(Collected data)

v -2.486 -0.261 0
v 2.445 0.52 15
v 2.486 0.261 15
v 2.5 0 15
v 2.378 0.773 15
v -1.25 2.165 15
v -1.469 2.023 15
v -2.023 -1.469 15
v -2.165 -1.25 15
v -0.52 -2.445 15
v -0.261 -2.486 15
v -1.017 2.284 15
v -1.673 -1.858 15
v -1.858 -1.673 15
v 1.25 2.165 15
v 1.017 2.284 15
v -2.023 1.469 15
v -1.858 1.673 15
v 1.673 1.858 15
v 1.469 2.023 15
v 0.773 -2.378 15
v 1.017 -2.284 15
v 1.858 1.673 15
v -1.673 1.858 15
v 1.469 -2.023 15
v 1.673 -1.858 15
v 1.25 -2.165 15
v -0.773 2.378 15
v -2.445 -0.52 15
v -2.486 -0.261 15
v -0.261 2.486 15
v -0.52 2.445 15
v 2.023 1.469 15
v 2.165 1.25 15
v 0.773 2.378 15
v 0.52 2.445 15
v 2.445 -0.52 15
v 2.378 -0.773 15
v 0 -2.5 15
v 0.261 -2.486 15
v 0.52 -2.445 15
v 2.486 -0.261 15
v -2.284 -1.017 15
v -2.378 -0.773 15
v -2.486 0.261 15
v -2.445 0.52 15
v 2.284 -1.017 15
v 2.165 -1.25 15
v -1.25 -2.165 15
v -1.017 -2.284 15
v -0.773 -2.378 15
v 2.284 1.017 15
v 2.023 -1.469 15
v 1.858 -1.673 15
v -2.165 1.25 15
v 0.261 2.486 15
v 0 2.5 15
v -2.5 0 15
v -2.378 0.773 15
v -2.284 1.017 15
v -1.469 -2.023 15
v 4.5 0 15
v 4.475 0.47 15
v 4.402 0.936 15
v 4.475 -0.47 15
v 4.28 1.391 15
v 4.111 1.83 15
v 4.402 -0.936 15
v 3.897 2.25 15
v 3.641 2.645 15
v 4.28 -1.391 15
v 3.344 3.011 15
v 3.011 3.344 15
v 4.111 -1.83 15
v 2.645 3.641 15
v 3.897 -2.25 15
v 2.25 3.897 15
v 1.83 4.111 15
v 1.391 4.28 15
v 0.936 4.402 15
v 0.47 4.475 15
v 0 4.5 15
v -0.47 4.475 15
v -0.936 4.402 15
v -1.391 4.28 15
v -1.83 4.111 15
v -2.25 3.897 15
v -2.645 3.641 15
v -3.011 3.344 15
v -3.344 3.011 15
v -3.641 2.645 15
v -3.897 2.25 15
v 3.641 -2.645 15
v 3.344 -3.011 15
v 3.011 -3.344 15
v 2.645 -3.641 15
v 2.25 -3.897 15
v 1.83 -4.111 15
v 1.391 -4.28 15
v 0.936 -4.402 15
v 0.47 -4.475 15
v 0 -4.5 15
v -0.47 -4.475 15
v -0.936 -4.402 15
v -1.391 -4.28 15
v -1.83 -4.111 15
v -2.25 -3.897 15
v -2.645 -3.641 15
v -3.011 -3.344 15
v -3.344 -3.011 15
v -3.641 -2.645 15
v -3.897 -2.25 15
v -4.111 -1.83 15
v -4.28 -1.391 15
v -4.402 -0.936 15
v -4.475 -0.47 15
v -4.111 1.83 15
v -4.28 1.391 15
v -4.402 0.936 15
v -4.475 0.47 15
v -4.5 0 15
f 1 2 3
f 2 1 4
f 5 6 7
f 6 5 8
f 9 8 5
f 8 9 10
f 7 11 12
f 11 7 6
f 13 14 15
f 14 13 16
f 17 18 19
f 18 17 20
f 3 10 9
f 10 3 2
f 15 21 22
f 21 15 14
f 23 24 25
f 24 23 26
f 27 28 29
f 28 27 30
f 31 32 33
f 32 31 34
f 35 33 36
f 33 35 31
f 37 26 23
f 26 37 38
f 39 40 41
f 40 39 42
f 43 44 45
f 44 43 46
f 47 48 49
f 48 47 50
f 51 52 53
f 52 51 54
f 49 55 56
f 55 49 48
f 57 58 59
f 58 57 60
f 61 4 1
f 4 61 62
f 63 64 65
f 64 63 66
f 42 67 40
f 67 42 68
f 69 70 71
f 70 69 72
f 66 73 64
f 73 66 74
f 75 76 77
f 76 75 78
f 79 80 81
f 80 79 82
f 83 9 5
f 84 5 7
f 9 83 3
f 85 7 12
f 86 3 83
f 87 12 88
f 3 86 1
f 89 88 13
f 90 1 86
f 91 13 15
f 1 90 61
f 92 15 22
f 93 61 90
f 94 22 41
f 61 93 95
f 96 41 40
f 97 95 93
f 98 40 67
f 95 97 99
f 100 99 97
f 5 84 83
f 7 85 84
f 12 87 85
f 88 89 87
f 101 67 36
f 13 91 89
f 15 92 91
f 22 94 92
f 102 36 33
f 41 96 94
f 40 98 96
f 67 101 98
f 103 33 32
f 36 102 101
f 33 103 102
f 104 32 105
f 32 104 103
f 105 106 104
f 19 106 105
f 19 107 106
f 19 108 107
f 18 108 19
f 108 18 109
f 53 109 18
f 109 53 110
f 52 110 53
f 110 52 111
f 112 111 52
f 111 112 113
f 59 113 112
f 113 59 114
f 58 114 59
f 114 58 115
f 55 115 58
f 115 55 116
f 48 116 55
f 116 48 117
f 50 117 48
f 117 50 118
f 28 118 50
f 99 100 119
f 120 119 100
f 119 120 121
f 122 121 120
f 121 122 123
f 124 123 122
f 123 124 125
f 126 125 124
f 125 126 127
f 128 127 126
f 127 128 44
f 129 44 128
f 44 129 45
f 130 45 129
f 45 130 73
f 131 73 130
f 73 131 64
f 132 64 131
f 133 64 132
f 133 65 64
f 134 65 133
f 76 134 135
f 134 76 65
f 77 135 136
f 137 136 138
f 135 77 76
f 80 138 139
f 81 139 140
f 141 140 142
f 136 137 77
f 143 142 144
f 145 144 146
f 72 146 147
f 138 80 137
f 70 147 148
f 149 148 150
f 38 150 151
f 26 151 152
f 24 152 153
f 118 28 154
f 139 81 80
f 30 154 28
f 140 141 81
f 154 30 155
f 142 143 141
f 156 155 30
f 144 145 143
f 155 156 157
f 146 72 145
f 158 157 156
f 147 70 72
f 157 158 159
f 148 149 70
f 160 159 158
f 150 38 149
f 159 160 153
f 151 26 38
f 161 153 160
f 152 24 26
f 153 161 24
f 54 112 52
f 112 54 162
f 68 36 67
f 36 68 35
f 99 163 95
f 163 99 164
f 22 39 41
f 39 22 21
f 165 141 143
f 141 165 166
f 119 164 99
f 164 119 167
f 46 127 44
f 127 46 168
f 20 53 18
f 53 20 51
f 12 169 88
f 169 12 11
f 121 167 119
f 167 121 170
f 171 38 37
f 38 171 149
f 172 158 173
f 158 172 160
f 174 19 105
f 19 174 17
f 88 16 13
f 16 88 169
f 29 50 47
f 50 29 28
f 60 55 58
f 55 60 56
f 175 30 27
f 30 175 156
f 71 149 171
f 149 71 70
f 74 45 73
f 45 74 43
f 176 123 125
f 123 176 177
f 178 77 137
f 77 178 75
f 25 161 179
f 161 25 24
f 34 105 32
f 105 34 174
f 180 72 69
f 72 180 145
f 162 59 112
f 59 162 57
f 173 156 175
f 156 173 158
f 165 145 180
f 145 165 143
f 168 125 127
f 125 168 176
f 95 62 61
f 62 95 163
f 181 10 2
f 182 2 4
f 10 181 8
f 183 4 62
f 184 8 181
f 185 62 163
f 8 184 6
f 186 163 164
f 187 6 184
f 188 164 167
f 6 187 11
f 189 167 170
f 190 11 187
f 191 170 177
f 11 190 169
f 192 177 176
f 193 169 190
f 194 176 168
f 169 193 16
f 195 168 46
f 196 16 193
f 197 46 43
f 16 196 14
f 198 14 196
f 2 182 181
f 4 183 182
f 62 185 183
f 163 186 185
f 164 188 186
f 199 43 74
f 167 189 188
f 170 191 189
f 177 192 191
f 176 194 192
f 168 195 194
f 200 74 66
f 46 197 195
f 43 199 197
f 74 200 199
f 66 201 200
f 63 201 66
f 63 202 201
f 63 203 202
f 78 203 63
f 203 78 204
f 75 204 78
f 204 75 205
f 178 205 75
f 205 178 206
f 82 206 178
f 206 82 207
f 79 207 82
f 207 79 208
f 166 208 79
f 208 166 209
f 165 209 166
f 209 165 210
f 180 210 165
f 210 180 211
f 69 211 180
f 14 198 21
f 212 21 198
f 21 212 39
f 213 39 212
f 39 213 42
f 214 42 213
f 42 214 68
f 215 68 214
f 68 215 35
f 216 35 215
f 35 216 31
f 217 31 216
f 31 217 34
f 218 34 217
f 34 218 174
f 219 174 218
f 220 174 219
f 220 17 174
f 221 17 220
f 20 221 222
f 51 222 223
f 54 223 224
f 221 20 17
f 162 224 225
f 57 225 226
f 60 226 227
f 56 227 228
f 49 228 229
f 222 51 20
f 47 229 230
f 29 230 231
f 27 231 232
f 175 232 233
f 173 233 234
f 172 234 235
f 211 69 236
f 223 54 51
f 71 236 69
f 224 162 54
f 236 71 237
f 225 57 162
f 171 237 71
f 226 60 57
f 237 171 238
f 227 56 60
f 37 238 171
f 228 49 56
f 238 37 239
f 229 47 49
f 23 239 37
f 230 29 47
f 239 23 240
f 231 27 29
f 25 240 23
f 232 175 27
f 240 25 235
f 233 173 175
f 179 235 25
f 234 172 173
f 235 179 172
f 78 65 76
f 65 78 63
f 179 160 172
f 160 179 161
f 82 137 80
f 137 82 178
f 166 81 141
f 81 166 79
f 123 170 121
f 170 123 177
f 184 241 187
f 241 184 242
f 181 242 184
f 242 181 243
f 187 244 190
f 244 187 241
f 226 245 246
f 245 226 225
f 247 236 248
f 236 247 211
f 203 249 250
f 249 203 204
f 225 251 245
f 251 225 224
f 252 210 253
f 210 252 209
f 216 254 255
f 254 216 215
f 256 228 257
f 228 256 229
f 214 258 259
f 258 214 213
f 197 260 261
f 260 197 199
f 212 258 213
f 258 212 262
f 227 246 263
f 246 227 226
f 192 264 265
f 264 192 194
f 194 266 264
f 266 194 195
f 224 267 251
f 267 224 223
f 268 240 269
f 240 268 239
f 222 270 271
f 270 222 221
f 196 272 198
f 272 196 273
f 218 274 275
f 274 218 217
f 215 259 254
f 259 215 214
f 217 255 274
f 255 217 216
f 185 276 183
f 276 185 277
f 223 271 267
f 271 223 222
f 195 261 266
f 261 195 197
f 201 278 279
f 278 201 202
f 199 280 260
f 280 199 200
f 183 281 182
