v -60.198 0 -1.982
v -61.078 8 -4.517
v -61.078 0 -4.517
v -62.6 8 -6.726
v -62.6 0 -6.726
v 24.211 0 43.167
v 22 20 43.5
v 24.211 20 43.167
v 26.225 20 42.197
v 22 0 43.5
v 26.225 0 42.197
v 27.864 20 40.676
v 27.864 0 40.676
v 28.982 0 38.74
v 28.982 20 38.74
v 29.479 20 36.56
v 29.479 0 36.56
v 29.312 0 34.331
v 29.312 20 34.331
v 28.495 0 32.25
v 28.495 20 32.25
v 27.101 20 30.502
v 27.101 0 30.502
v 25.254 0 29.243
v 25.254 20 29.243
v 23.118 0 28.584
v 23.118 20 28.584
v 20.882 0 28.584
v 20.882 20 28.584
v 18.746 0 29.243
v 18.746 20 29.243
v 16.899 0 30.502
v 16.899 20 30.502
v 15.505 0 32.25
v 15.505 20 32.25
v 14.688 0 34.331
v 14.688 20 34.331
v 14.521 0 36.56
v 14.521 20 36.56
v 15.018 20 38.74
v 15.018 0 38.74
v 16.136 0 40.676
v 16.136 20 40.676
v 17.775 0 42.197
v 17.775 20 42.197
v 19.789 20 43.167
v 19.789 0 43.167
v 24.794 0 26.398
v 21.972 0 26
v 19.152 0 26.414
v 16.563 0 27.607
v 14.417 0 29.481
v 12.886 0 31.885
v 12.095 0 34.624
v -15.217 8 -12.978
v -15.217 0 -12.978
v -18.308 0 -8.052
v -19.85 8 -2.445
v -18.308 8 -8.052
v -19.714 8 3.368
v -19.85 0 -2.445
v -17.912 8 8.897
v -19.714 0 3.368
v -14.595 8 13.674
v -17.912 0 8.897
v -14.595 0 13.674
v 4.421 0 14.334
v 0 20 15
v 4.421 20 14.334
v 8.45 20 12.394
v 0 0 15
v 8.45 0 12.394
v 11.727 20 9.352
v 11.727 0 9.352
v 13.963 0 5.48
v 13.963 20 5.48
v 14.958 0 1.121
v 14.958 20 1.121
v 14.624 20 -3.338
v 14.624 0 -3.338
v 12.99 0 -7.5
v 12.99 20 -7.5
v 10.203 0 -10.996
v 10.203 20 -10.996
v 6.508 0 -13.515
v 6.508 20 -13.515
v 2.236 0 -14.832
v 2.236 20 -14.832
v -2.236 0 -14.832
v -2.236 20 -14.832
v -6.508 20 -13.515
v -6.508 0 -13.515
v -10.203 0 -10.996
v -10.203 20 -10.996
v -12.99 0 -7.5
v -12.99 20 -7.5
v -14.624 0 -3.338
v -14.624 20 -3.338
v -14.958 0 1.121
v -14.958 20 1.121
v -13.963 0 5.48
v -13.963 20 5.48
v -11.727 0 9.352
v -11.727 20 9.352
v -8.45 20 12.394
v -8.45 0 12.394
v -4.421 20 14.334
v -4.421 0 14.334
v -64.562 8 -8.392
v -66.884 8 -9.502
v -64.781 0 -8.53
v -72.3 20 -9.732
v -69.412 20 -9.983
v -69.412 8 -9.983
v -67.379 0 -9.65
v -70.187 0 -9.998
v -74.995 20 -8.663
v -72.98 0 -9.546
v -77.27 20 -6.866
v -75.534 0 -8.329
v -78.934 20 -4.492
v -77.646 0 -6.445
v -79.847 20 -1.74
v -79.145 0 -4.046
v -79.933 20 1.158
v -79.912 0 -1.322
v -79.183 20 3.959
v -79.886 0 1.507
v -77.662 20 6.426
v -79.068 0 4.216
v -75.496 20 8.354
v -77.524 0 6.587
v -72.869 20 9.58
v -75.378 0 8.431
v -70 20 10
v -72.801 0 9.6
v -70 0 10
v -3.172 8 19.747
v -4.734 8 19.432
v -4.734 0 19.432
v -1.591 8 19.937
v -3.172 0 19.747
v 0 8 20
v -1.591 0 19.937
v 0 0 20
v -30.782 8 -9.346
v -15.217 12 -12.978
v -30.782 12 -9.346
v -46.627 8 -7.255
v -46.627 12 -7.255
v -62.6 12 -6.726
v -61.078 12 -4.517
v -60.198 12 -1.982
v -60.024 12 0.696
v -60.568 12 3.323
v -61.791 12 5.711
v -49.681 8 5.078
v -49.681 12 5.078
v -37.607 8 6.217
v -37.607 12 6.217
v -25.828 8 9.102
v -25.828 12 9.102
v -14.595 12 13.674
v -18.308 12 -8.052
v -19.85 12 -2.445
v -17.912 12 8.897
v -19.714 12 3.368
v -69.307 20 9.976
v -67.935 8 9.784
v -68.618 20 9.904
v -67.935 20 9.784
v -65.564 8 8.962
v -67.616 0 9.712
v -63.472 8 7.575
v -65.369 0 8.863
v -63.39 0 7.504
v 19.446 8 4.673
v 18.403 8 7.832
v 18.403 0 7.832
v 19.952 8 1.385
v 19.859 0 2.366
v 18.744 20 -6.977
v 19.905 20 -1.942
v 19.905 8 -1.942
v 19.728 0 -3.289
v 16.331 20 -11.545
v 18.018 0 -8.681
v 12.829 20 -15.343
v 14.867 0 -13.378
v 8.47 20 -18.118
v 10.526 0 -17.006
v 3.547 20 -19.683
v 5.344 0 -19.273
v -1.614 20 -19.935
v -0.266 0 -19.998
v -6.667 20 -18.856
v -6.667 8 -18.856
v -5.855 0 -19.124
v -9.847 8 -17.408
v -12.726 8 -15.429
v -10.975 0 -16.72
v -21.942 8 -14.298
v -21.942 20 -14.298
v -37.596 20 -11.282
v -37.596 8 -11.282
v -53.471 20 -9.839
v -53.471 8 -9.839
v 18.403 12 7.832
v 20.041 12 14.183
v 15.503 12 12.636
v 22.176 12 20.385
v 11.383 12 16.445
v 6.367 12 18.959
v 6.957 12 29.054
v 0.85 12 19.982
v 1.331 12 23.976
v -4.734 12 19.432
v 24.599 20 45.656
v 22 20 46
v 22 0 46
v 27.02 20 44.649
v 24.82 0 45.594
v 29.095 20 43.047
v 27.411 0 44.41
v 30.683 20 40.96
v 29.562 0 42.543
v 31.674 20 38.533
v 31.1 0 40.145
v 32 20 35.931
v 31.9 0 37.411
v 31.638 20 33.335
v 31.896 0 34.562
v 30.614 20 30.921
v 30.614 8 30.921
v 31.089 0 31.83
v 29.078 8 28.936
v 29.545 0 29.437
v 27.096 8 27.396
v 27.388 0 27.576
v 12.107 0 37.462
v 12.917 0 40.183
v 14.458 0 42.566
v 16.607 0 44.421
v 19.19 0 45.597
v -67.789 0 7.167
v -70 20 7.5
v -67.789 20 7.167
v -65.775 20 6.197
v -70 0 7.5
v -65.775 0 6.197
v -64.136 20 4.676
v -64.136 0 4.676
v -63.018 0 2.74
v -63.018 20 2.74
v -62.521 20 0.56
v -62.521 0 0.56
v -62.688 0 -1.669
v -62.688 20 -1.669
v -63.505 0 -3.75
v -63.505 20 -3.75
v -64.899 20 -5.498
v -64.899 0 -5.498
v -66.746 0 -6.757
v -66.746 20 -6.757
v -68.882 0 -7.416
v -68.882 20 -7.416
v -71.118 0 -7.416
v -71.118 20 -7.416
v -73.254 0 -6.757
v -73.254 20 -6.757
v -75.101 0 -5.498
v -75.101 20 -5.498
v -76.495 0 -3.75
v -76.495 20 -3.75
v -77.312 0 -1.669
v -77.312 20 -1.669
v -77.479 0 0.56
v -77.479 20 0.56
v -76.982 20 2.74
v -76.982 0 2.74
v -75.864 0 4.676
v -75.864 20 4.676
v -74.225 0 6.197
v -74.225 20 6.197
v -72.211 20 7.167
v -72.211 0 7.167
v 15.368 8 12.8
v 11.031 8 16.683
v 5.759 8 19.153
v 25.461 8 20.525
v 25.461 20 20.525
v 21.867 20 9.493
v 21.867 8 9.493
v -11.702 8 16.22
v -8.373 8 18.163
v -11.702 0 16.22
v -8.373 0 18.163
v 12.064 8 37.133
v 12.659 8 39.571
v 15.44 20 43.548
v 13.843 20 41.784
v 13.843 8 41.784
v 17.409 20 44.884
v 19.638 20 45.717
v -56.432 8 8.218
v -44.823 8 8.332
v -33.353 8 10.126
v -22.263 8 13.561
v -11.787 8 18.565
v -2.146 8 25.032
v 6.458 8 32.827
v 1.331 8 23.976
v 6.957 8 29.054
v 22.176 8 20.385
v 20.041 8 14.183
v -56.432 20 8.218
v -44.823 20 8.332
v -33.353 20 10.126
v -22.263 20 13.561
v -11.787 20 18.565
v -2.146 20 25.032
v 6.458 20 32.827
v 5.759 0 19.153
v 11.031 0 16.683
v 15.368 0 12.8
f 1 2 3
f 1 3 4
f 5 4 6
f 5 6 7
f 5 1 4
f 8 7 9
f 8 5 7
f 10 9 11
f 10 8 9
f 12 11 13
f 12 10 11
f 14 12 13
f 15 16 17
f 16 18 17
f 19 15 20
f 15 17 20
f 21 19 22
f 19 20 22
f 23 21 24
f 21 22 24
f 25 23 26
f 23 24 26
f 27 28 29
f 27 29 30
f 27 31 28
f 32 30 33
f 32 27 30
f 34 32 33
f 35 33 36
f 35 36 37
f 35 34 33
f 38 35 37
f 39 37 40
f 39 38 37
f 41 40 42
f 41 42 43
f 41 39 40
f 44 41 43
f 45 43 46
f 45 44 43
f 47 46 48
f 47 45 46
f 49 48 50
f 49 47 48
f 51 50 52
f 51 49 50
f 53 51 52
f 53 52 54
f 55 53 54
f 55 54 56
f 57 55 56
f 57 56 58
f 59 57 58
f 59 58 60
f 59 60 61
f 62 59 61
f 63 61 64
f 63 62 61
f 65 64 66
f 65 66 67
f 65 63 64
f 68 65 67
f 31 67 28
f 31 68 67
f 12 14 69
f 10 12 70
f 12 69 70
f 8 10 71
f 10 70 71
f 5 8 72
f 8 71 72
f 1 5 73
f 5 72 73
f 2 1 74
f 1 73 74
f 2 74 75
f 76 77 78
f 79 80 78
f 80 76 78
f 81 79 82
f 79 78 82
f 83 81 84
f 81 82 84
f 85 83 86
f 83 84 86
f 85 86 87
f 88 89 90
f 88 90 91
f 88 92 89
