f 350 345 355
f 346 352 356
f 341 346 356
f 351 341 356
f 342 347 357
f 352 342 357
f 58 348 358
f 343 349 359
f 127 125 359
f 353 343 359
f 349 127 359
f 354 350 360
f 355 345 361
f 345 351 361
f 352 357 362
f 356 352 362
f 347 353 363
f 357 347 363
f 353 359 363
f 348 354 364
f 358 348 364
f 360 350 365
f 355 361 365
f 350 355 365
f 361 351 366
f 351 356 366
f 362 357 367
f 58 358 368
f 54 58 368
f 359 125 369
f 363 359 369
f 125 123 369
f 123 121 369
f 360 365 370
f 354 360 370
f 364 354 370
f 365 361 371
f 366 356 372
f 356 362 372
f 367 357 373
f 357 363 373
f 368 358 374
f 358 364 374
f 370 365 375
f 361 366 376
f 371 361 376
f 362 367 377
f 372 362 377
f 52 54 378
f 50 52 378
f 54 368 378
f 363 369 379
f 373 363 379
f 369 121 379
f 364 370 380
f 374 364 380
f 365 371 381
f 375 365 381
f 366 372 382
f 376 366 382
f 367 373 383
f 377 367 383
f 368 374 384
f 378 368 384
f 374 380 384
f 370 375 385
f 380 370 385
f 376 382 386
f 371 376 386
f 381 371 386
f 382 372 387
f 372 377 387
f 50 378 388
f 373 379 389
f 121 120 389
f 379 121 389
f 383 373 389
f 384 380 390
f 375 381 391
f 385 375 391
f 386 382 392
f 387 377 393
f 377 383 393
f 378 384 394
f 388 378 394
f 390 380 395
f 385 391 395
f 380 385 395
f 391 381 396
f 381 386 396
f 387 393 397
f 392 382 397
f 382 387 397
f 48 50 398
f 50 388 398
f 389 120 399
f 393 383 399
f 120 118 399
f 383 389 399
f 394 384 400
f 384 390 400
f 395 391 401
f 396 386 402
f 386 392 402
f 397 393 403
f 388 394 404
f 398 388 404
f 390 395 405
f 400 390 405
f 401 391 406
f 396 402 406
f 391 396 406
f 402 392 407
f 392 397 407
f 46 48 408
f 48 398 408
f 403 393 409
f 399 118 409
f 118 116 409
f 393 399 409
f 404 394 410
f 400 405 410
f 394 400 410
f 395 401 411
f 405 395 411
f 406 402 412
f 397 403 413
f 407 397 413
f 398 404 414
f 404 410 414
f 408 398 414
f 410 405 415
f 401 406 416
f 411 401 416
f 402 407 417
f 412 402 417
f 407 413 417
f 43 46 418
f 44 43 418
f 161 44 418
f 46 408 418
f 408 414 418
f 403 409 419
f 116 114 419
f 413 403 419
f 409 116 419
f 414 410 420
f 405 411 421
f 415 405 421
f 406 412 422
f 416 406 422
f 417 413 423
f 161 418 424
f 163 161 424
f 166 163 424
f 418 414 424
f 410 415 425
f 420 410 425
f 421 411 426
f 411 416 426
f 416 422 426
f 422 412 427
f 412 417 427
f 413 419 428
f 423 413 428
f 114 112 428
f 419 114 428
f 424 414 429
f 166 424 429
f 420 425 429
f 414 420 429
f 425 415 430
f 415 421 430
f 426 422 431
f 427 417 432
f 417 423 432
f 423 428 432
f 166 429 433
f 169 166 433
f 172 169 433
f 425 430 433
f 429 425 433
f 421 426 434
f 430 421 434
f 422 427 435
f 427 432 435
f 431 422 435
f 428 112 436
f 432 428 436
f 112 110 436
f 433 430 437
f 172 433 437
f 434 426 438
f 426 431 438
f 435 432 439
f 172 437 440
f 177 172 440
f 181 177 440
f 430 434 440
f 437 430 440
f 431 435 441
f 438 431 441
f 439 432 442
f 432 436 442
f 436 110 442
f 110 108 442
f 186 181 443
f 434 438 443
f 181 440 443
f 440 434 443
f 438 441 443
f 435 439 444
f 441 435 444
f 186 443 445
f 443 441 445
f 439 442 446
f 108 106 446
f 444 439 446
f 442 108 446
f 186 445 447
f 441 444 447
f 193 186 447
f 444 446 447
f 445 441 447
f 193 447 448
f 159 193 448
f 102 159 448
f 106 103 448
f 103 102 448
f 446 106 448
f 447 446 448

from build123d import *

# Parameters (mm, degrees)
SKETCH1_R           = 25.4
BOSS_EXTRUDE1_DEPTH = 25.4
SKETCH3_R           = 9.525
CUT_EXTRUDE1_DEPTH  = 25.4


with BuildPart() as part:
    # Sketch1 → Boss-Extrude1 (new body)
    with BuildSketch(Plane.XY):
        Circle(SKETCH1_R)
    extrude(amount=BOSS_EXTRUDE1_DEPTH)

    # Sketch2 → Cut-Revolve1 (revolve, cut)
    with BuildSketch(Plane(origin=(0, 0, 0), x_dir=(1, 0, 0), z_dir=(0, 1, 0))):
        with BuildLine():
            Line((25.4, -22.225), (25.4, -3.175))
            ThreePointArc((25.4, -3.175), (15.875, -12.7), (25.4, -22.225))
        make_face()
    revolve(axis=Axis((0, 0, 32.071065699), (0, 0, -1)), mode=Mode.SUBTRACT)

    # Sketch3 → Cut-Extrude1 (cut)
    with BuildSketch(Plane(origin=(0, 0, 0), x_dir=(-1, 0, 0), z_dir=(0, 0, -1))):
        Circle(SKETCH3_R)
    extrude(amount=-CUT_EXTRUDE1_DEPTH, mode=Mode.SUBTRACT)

_TASK BRIEF_
Using the records above, pull out each line where the word "Plane" occurs.

_RESPONSE AREA_
    with BuildSketch(Plane.XY):
    with BuildSketch(Plane(origin=(0, 0, 0), x_dir=(1, 0, 0), z_dir=(0, 1, 0))):
    with BuildSketch(Plane(origin=(0, 0, 0), x_dir=(-1, 0, 0), z_dir=(0, 0, -1))):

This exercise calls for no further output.